[[ RECORD SET, beginning ]]

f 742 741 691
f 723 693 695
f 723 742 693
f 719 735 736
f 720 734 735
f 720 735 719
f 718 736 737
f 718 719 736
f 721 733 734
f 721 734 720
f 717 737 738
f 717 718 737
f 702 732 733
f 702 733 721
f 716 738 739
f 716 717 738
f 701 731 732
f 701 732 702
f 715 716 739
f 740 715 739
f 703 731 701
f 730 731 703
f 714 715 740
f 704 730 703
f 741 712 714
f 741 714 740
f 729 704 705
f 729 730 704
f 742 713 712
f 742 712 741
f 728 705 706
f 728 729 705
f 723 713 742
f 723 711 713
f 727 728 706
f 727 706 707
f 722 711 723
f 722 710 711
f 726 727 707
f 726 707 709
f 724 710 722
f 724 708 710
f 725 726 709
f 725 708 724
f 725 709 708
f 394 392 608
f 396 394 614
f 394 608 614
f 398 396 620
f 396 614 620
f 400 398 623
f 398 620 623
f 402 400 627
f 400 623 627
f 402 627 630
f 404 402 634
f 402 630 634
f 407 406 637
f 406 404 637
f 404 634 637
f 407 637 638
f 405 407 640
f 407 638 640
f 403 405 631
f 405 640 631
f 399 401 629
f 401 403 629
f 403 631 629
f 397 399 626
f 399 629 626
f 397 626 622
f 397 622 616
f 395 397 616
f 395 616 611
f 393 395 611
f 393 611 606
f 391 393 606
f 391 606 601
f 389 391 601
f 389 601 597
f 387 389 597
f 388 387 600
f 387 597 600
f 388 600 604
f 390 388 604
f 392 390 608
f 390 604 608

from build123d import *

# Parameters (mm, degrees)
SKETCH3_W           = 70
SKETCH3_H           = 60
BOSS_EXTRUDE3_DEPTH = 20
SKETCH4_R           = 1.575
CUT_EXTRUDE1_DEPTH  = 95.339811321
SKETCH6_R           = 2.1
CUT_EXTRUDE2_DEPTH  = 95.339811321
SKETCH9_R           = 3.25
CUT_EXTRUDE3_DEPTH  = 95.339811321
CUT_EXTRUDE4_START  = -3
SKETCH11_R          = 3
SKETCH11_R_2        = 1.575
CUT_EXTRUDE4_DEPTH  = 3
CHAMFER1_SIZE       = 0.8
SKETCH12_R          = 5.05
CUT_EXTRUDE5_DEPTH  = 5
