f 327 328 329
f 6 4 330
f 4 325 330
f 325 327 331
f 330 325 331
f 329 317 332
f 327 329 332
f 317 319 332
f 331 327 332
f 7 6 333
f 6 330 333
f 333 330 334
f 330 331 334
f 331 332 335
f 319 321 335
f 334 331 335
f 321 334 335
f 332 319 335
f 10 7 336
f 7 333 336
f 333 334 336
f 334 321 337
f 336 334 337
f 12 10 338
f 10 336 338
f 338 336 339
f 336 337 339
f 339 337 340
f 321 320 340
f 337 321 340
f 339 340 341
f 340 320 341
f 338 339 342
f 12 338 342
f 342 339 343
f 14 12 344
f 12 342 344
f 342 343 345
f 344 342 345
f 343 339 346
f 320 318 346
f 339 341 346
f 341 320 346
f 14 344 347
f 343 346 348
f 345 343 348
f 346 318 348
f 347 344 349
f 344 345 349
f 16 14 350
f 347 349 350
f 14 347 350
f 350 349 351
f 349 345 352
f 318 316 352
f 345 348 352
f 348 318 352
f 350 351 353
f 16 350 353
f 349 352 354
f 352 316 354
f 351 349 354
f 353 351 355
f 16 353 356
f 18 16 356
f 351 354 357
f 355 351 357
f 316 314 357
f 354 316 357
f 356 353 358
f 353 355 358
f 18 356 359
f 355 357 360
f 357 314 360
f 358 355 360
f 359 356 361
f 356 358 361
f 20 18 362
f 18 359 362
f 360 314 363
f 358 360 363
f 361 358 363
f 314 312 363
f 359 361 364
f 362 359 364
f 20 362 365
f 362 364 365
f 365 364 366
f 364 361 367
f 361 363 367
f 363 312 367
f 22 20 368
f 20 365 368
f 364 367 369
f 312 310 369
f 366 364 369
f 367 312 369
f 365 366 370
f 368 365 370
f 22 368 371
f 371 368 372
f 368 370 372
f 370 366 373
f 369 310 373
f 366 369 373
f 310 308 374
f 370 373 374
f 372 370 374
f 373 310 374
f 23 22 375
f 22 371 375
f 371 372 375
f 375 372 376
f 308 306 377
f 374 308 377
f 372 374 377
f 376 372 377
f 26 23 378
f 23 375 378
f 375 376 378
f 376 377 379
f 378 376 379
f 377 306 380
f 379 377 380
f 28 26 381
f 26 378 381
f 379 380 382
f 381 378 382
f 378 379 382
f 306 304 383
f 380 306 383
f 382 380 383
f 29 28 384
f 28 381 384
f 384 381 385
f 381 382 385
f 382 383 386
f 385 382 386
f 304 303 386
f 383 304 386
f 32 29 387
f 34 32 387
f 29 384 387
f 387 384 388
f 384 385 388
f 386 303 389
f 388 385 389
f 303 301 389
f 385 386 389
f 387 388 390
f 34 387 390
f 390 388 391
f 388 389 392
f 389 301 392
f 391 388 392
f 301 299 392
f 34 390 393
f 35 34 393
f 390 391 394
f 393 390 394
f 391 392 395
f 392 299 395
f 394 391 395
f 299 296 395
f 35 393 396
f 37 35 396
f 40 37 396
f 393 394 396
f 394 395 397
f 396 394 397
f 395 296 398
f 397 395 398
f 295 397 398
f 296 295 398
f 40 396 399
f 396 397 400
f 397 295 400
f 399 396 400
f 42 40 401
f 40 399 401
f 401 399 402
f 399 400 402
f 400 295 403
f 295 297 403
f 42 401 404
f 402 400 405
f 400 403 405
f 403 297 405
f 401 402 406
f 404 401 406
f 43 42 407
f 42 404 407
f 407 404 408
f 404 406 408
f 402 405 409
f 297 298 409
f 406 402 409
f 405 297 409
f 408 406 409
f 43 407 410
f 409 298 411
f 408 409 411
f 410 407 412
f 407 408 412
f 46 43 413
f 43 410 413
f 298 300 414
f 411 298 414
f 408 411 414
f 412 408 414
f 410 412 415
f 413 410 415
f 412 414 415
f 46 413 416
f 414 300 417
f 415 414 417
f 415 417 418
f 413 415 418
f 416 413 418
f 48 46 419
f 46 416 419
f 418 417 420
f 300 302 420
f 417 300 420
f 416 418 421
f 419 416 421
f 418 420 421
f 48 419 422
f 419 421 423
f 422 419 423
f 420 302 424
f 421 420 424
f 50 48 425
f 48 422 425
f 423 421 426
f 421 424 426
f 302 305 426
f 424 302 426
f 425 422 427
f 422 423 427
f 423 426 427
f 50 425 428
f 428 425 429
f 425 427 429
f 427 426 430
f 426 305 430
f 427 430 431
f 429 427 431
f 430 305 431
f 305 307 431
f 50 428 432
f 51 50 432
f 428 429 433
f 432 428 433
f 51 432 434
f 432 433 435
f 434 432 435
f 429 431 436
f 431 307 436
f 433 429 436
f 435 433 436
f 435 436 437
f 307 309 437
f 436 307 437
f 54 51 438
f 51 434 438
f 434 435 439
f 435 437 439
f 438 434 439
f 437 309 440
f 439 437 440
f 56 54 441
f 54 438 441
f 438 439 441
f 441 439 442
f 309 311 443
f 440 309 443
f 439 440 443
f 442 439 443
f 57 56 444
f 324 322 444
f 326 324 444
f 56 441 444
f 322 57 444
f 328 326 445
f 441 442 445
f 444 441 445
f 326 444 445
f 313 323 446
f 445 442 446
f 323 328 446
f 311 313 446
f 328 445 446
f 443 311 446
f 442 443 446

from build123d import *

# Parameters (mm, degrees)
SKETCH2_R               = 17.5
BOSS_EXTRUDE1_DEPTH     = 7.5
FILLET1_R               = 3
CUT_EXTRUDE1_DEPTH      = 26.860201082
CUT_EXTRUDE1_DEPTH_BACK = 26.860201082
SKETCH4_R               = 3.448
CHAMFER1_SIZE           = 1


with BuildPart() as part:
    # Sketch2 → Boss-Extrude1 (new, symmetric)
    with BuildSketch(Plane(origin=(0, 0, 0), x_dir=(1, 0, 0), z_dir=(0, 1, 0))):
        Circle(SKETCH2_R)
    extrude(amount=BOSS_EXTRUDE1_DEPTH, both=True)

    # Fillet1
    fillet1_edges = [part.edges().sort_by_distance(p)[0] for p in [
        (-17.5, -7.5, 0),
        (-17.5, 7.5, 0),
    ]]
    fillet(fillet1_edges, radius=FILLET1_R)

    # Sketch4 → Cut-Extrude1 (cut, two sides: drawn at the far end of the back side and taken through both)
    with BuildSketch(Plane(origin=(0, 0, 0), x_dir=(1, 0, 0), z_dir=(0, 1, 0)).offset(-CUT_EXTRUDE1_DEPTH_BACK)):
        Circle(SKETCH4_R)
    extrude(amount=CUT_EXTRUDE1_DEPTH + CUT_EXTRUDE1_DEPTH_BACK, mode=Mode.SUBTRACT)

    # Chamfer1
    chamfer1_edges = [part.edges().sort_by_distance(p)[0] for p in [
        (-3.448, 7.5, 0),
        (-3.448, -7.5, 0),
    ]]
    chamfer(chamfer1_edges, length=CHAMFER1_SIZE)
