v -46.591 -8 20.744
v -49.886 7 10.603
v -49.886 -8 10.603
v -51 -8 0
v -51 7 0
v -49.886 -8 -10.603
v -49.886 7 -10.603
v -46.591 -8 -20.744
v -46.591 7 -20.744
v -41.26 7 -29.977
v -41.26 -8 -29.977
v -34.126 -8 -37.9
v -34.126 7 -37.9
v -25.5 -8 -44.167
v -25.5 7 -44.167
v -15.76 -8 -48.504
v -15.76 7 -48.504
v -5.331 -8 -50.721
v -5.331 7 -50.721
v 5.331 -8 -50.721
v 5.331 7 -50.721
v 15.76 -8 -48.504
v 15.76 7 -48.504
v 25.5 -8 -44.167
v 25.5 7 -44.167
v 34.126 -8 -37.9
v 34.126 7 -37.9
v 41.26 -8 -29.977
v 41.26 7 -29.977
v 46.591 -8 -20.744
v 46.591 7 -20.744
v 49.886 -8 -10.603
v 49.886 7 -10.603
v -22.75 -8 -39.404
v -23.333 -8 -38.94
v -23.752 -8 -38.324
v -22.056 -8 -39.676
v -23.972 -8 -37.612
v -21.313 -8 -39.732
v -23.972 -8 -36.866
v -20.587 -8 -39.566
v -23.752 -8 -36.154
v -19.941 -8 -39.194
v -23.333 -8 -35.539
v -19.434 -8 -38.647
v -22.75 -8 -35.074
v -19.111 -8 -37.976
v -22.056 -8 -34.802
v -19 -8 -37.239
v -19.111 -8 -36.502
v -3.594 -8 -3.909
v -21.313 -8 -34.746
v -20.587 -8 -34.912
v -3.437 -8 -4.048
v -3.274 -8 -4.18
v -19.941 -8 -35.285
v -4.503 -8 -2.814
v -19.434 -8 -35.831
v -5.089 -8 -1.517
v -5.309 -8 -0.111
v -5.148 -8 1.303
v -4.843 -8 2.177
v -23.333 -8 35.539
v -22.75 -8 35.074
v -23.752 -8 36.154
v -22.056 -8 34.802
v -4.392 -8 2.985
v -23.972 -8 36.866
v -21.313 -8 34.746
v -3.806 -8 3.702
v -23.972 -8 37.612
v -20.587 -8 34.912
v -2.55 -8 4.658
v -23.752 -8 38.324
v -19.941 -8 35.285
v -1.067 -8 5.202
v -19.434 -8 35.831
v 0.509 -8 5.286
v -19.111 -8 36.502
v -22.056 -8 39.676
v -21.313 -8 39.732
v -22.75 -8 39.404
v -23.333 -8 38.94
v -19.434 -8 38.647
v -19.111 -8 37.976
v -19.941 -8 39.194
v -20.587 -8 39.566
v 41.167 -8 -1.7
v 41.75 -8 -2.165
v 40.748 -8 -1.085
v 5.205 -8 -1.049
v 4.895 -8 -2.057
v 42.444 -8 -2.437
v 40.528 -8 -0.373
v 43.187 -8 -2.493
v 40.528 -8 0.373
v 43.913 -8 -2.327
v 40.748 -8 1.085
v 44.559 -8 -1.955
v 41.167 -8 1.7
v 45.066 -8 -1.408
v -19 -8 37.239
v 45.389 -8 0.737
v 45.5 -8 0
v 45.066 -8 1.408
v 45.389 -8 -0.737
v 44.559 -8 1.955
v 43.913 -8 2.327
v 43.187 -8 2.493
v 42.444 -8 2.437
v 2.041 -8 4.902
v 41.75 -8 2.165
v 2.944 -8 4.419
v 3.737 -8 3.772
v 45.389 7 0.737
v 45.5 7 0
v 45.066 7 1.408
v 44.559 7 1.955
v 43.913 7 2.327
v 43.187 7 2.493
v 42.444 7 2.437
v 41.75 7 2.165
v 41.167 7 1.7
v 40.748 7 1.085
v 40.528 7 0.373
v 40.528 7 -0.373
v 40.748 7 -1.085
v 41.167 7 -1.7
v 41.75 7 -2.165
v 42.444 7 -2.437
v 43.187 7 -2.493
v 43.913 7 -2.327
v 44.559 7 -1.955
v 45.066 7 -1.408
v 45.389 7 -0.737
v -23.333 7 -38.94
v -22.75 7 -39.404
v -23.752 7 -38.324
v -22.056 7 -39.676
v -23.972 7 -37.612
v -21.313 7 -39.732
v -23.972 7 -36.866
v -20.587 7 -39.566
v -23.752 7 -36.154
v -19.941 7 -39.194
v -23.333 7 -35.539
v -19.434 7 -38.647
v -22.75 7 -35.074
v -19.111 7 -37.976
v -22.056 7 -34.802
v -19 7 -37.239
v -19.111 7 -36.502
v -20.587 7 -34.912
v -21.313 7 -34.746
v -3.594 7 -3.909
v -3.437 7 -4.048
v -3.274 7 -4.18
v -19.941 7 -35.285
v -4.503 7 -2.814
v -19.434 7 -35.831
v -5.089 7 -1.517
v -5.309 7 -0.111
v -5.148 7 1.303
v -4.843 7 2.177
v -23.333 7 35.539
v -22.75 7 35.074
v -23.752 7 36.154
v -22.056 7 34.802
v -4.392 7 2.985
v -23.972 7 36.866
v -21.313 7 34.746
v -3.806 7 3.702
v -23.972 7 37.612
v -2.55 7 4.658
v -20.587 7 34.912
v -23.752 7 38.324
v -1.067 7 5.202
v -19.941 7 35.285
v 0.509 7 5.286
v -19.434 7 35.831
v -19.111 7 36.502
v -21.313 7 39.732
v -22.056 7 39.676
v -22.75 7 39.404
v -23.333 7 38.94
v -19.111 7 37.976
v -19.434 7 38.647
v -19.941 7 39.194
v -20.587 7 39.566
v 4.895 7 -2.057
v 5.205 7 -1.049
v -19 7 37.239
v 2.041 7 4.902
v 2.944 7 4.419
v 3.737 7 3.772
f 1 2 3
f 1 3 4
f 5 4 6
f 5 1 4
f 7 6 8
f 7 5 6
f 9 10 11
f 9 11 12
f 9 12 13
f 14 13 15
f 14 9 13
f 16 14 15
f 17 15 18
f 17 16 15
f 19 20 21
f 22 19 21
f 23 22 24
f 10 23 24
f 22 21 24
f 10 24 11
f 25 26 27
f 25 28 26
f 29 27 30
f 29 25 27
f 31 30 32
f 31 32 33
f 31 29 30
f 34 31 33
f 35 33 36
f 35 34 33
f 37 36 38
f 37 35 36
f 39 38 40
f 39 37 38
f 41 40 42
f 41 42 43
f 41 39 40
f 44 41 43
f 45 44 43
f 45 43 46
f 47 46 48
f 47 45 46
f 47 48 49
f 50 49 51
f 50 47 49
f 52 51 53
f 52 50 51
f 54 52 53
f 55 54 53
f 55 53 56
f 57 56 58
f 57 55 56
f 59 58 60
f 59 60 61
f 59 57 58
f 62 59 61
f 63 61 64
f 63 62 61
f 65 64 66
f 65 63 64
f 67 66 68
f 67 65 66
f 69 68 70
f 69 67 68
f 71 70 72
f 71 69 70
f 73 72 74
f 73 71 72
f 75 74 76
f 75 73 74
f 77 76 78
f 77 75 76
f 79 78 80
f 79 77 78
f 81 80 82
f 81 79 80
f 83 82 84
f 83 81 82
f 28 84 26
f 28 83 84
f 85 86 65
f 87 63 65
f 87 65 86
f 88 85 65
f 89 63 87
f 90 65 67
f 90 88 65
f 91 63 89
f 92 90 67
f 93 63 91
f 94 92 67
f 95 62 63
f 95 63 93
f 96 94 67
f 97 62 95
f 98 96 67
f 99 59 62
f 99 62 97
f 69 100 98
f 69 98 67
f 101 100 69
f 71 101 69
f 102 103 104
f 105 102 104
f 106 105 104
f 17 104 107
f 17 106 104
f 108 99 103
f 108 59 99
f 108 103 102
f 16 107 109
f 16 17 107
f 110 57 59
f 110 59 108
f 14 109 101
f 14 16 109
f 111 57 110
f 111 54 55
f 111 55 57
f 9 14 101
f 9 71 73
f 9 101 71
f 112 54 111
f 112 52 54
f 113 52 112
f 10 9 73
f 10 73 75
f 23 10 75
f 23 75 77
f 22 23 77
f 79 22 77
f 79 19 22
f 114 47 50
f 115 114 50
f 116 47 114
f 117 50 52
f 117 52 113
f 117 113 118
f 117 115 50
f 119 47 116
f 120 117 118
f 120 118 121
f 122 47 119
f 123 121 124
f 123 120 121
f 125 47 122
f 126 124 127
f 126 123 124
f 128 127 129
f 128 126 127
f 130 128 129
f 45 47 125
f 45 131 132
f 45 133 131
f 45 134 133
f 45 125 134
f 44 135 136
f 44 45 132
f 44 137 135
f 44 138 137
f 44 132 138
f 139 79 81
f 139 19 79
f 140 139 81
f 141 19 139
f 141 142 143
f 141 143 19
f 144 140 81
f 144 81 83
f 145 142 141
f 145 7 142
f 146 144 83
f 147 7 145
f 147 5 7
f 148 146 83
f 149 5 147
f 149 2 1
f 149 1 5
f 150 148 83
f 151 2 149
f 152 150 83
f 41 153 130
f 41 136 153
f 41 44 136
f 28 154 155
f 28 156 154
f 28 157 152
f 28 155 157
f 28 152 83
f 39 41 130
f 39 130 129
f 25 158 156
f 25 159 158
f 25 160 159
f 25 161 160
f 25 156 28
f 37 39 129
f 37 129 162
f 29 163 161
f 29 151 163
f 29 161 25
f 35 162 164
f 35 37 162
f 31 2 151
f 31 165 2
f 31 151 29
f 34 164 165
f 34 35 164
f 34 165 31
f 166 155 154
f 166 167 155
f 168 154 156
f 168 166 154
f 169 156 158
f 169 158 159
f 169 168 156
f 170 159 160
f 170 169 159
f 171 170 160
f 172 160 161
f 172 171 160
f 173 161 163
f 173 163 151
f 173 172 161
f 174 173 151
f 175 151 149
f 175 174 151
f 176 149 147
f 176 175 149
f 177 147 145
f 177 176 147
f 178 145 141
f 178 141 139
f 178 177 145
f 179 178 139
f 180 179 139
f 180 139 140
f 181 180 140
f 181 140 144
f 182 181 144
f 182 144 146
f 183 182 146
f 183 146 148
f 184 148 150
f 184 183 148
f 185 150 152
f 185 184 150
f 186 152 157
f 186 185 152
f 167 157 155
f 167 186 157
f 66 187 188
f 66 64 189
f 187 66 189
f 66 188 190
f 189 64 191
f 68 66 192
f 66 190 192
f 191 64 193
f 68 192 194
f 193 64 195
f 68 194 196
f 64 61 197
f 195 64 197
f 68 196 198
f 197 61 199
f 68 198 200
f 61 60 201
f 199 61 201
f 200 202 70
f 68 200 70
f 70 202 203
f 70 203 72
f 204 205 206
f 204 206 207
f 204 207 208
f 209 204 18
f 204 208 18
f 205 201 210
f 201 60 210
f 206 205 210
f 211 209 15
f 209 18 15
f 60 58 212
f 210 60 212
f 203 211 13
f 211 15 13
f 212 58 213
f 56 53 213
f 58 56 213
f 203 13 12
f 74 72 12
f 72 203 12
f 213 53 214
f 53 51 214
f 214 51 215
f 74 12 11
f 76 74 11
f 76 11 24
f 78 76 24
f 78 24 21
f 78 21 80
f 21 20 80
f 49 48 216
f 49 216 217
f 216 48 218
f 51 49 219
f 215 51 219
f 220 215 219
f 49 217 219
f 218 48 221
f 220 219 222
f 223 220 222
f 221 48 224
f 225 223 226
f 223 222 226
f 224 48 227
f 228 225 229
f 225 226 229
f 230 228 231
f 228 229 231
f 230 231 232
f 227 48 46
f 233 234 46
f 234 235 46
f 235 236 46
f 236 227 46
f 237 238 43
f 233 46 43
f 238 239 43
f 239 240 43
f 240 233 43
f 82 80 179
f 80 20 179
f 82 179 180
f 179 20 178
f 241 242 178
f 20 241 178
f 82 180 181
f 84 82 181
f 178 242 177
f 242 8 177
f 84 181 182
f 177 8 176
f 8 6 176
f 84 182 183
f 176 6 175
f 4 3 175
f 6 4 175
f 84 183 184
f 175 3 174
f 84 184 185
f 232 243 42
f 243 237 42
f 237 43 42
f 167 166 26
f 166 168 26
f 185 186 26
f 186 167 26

[[ RECORD SET, end ]]

_DESCRIPTION OF THE TASK:_
Where the data above reaches the line holding "v -5.309 -8 -0.111", begin printing, and stop after the line holding "v 40.528 7 0.373". Each line must be reproduced exactly, with nothing else added.

_REPLY TO THE TASK:_
v -5.309 -8 -0.111
v -5.148 -8 1.303
v -4.843 -8 2.177
v -23.333 -8 35.539
v -22.75 -8 35.074
v -23.752 -8 36.154
v -22.056 -8 34.802
v -4.392 -8 2.985
v -23.972 -8 36.866
v -21.313 -8 34.746
v -3.806 -8 3.702
v -23.972 -8 37.612
v -20.587 -8 34.912
v -2.55 -8 4.658
v -23.752 -8 38.324
v -19.941 -8 35.285
v -1.067 -8 5.202
v -19.434 -8 35.831
v 0.509 -8 5.286
v -19.111 -8 36.502
v -22.056 -8 39.676
v -21.313 -8 39.732
v -22.75 -8 39.404
v -23.333 -8 38.94
v -19.434 -8 38.647
v -19.111 -8 37.976
v -19.941 -8 39.194
v -20.587 -8 39.566
v 41.167 -8 -1.7
v 41.75 -8 -2.165
v 40.748 -8 -1.085
v 5.205 -8 -1.049
v 4.895 -8 -2.057
v 42.444 -8 -2.437
v 40.528 -8 -0.373
v 43.187 -8 -2.493
v 40.528 -8 0.373
v 43.913 -8 -2.327
v 40.748 -8 1.085
v 44.559 -8 -1.955
v 41.167 -8 1.7
v 45.066 -8 -1.408
v -19 -8 37.239
v 45.389 -8 0.737
v 45.5 -8 0
v 45.066 -8 1.408
v 45.389 -8 -0.737
v 44.559 -8 1.955
v 43.913 -8 2.327
v 43.187 -8 2.493
v 42.444 -8 2.437
v 2.041 -8 4.902
v 41.75 -8 2.165
v 2.944 -8 4.419
v 3.737 -8 3.772
v 45.389 7 0.737
v 45.5 7 0
v 45.066 7 1.408
v 44.559 7 1.955
v 43.913 7 2.327
v 43.187 7 2.493
v 42.444 7 2.437
v 41.75 7 2.165
v 41.167 7 1.7
v 40.748 7 1.085
v 40.528 7 0.373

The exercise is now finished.